Wir haben ein Problem mit unserem Drucker unter Win7 - so scheint es mir zumindest.

Was wir machen wollen: Geburtskarten drucken (sind vor kurzem Eltern geworden).
Die einzelnen Seiten habe ich mit Photoshop erstellt (in RGB-Farbe, denn in CYMK kann ich es nicht als PNG speichern). Keine großartigen Farbverläufe o. ä. - ziemlich blau gehalten.
Dazu sind auf zwei der Seiten für die Karte auch Fotos eingefügt.

Aber egal unter welchem Programm ich die Karten im Gesamten drucken will (PS, XnView, Word(!)...), die Schatten auf den Fotos (!) haben immer einen "negativ"-Effekt... und ich weiss nicht woher.
Alles auf den Fotos, wo kein dunklerer Schatten ist, wird normal gedruckt, genauso der Rest der gestalteten Seiten.

Also dieser farblich falsch gedruckte Effekt tritt auf den Fotos grösstenteils im Gesicht unseres Babys auf... also Augenlider, Nase, Mund... alles, was irgendwie rötlich bis bräunlich (durch den Schatten) sein müsste.

Die Patronen des Druckers sind alle voll und in Ordnung. Habe auch den aktuellen Treiber installiert (der laut HP-Webseite auch Win7-kompatibel sein soll).
Ich habe auch schon sämtliche Druckeinstellungen ausprobiert... mit und ohne irgendwelchen "Druck-Features"... 

Kennt jemand das Problem und kann mir weiterhelfen???

Greetz,
(Frau vom) Radhad.


----------



## Herbboy (10. Mai 2010)

Kannst Du mal ein Bild hochladen und dazu ein Foto eines der Ausdrucke?

Was für ein Papier wird denn verwendet, und wurde das in den Druckoptionen korrekt eingestellt? 
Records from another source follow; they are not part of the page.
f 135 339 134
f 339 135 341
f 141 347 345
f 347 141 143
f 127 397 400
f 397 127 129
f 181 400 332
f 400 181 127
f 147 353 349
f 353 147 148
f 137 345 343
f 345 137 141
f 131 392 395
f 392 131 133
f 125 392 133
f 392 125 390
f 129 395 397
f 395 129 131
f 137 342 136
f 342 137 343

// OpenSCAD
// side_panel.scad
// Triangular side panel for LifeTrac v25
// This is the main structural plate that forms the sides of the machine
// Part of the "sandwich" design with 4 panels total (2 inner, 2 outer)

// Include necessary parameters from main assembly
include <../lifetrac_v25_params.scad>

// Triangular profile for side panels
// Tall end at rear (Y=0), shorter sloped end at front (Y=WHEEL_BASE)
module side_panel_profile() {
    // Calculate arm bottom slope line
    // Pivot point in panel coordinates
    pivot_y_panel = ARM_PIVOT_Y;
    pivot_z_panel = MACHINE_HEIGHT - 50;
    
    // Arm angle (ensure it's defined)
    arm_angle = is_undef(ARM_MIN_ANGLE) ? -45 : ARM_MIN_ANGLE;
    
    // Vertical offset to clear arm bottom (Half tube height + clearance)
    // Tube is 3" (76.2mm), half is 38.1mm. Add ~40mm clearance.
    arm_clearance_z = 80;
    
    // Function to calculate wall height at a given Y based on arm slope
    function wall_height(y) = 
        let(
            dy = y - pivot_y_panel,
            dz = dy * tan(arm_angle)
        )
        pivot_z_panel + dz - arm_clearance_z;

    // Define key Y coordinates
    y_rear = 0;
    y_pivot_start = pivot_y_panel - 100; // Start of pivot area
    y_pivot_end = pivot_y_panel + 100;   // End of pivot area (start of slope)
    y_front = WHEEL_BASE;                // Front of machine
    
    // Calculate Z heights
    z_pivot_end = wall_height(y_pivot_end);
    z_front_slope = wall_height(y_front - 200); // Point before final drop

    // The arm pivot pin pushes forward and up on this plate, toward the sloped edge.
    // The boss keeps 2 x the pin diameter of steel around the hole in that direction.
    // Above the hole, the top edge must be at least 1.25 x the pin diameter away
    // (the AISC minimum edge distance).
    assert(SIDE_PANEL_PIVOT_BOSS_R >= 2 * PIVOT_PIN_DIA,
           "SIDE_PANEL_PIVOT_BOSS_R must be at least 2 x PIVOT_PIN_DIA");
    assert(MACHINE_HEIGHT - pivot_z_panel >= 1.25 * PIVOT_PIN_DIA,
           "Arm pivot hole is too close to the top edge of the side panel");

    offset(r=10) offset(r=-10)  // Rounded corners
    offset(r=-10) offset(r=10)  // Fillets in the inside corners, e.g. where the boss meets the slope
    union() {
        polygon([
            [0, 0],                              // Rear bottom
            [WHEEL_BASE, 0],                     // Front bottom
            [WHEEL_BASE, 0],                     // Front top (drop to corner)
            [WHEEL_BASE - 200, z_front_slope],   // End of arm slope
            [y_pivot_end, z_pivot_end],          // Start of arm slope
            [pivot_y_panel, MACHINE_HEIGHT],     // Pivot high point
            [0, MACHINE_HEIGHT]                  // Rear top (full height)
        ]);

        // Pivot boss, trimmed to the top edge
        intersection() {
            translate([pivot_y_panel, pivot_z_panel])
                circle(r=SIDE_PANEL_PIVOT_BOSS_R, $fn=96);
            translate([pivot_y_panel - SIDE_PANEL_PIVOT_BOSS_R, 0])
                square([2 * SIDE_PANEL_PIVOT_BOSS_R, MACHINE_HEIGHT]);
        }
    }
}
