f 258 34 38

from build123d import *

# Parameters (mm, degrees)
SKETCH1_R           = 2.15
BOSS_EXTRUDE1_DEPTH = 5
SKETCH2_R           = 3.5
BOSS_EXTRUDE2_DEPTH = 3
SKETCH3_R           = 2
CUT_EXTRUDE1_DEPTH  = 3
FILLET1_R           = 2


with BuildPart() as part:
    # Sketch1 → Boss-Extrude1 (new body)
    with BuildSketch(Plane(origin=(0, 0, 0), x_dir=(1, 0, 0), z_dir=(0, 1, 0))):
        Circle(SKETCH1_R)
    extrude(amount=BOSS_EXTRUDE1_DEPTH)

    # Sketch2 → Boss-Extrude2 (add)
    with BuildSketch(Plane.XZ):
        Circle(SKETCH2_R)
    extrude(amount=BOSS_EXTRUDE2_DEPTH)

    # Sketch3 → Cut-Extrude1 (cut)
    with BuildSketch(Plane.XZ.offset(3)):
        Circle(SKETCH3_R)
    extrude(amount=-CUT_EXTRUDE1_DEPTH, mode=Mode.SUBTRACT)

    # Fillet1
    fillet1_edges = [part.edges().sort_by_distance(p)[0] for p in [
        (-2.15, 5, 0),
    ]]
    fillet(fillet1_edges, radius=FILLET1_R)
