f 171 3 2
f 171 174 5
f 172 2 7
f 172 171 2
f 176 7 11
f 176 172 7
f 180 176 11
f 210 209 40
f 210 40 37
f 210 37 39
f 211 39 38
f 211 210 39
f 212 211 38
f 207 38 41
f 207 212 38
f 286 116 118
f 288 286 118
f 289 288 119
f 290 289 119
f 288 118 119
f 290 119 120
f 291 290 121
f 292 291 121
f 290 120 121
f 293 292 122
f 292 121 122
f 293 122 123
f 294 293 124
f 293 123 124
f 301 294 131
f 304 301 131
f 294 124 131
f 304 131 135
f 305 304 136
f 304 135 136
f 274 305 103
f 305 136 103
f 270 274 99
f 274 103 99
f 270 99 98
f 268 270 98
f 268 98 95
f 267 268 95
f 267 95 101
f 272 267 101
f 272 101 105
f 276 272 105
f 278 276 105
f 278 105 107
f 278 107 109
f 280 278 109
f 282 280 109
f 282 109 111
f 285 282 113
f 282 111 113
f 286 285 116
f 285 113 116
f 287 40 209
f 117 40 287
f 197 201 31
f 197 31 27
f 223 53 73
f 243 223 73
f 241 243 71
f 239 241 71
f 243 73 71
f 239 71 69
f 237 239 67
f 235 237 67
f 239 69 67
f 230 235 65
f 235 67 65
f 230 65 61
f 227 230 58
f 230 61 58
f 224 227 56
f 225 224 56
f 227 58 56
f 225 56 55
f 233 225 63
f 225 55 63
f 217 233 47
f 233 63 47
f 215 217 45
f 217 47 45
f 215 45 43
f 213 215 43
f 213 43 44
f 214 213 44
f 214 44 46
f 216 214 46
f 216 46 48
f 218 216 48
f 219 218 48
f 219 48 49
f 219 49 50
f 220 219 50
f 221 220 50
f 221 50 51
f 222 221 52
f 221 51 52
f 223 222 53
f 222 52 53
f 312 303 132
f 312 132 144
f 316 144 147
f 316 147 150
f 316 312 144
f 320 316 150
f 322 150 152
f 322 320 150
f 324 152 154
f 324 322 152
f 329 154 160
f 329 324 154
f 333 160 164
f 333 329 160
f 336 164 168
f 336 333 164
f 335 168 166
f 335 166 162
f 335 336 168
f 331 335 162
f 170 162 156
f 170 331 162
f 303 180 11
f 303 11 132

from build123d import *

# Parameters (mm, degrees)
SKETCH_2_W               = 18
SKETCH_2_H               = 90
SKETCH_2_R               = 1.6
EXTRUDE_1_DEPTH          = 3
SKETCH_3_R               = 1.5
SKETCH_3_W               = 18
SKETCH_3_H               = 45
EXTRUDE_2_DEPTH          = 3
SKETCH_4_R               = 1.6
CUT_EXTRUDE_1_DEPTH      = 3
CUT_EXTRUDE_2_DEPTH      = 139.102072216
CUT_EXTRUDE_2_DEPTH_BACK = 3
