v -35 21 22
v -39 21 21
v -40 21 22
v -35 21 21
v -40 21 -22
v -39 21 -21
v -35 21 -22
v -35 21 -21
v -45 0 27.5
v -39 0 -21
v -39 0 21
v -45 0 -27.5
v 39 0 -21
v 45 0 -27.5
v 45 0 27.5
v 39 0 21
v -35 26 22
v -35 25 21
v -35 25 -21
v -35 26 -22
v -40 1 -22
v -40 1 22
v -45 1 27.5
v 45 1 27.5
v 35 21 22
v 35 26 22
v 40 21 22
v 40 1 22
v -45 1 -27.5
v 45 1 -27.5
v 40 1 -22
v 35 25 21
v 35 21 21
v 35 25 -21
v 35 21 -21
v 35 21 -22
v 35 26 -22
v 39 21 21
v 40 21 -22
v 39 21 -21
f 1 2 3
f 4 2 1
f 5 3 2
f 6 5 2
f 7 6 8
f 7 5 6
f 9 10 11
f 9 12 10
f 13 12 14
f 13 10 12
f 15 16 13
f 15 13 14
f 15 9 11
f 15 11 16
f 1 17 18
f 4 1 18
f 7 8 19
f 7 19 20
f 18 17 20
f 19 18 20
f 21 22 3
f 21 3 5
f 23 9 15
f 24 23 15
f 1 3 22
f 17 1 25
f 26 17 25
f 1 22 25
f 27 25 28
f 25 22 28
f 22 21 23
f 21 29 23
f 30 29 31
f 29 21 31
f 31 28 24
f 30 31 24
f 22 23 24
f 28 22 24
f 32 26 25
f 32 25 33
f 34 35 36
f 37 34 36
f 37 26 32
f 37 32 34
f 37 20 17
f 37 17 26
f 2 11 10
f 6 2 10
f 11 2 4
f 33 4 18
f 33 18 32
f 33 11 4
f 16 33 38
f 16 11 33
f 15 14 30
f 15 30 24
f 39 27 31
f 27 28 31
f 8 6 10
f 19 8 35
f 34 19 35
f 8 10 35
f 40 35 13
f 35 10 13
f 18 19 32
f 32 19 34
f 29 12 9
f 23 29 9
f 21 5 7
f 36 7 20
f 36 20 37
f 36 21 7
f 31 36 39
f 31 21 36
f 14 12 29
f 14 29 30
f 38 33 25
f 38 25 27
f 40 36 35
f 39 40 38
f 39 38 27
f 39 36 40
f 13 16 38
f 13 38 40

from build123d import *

# Parameters (mm, degrees)
SKETCH_1_W          = 78
SKETCH_1_H          = 42
EXTRUDE_1_DEPTH     = 25
SHELL_1_T           = 1
SKETCH_2_W          = 90
SKETCH_2_H          = 55
SKETCH_2_W_2        = 80
SKETCH_2_H_2        = 44
EXTRUDE_2_DEPTH     = 1
SKETCH_3_W          = 5
SKETCH_3_H          = 44
CUT_EXTRUDE_1_DEPTH = 5


with BuildPart() as part:
    # 草图1 → 凸台-拉伸1 (new body)
    with BuildSketch(Plane(origin=(0, 0, 0), x_dir=(1, 0, 0), z_dir=(0, 1, 0))):
        Rectangle(SKETCH_1_W, SKETCH_1_H)
    extrude(amount=EXTRUDE_1_DEPTH)

    # 抽壳1
    shell_1_openings = [part.faces().sort_by_distance(p)[0] for p in [
        (0, 0, 0),
    ]]
    offset(amount=SHELL_1_T, openings=shell_1_openings, kind=Kind.INTERSECTION)

    # 草图2 → 凸台-拉伸2 (add)
    with BuildSketch(Plane.XZ):
        Rectangle(SKETCH_2_W, SKETCH_2_H)
        Rectangle(SKETCH_2_W_2, SKETCH_2_H_2, mode=Mode.SUBTRACT)
    extrude(amount=-EXTRUDE_2_DEPTH)

    # 草图3 → 切除-拉伸1 (cut)
    with BuildSketch(Plane(origin=(0, 26, 0), x_dir=(1, 0, 0), z_dir=(0, 1, 0))):
        with Locations((-37.5, 0)):
            Rectangle(SKETCH_3_W, SKETCH_3_H)
        with Locations((37.5, 0)):
            Rectangle(SKETCH_3_W, SKETCH_3_H)
    extrude(amount=-CUT_EXTRUDE_1_DEPTH, mode=Mode.SUBTRACT)


solid = part.part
Wenn Du irgendein ähnliches Bild eines anderen Babys aus dem Internet nimmst (google-Bildersuche mal bemühen) und ausdruckst: ist DAS dann o.k, oder auch falsch?


----------



## Radhad (10. Mai 2010)

Hat sich jetzt erledigt das Problem....
Mein Mann hat mal von seinem Rechner aus (der Drucker hängt am Router) eine Testseite gedruckt und ich habe mal die Druckköpfe reinigen lassen über die Software.
Komischerweise ist das Problem damit behoben gewesen.

Dabei war ich davon ausgegangen, dass bei dem "modernen" Gerät diese Dinge (Druckkopfreinigung etc) immer automatisch gemacht werden.

Anscheinend habe ich wohl doch länger nichts mehr mit was rotem gedruckt...

Trotzdem danke für die Hilfe ^^
Ich hab halt echt gedacht, es wäre ein Win7-Problem, weil ich vorher schon so viel ausprobiert habe.

Greetz,
(Frau vom) Radhad.


----------



## Herbboy (11. Mai 2010)

An sich reinigen die Drucker sich halt beim Einschalten kurz, aber bei längerer nicht-Benutzung reicht das manchmal nicht, dann muss man nochmal manuell die Reinigung machen lassen.

Auf dass der Wonneproppen fröhlich gedeiht


----------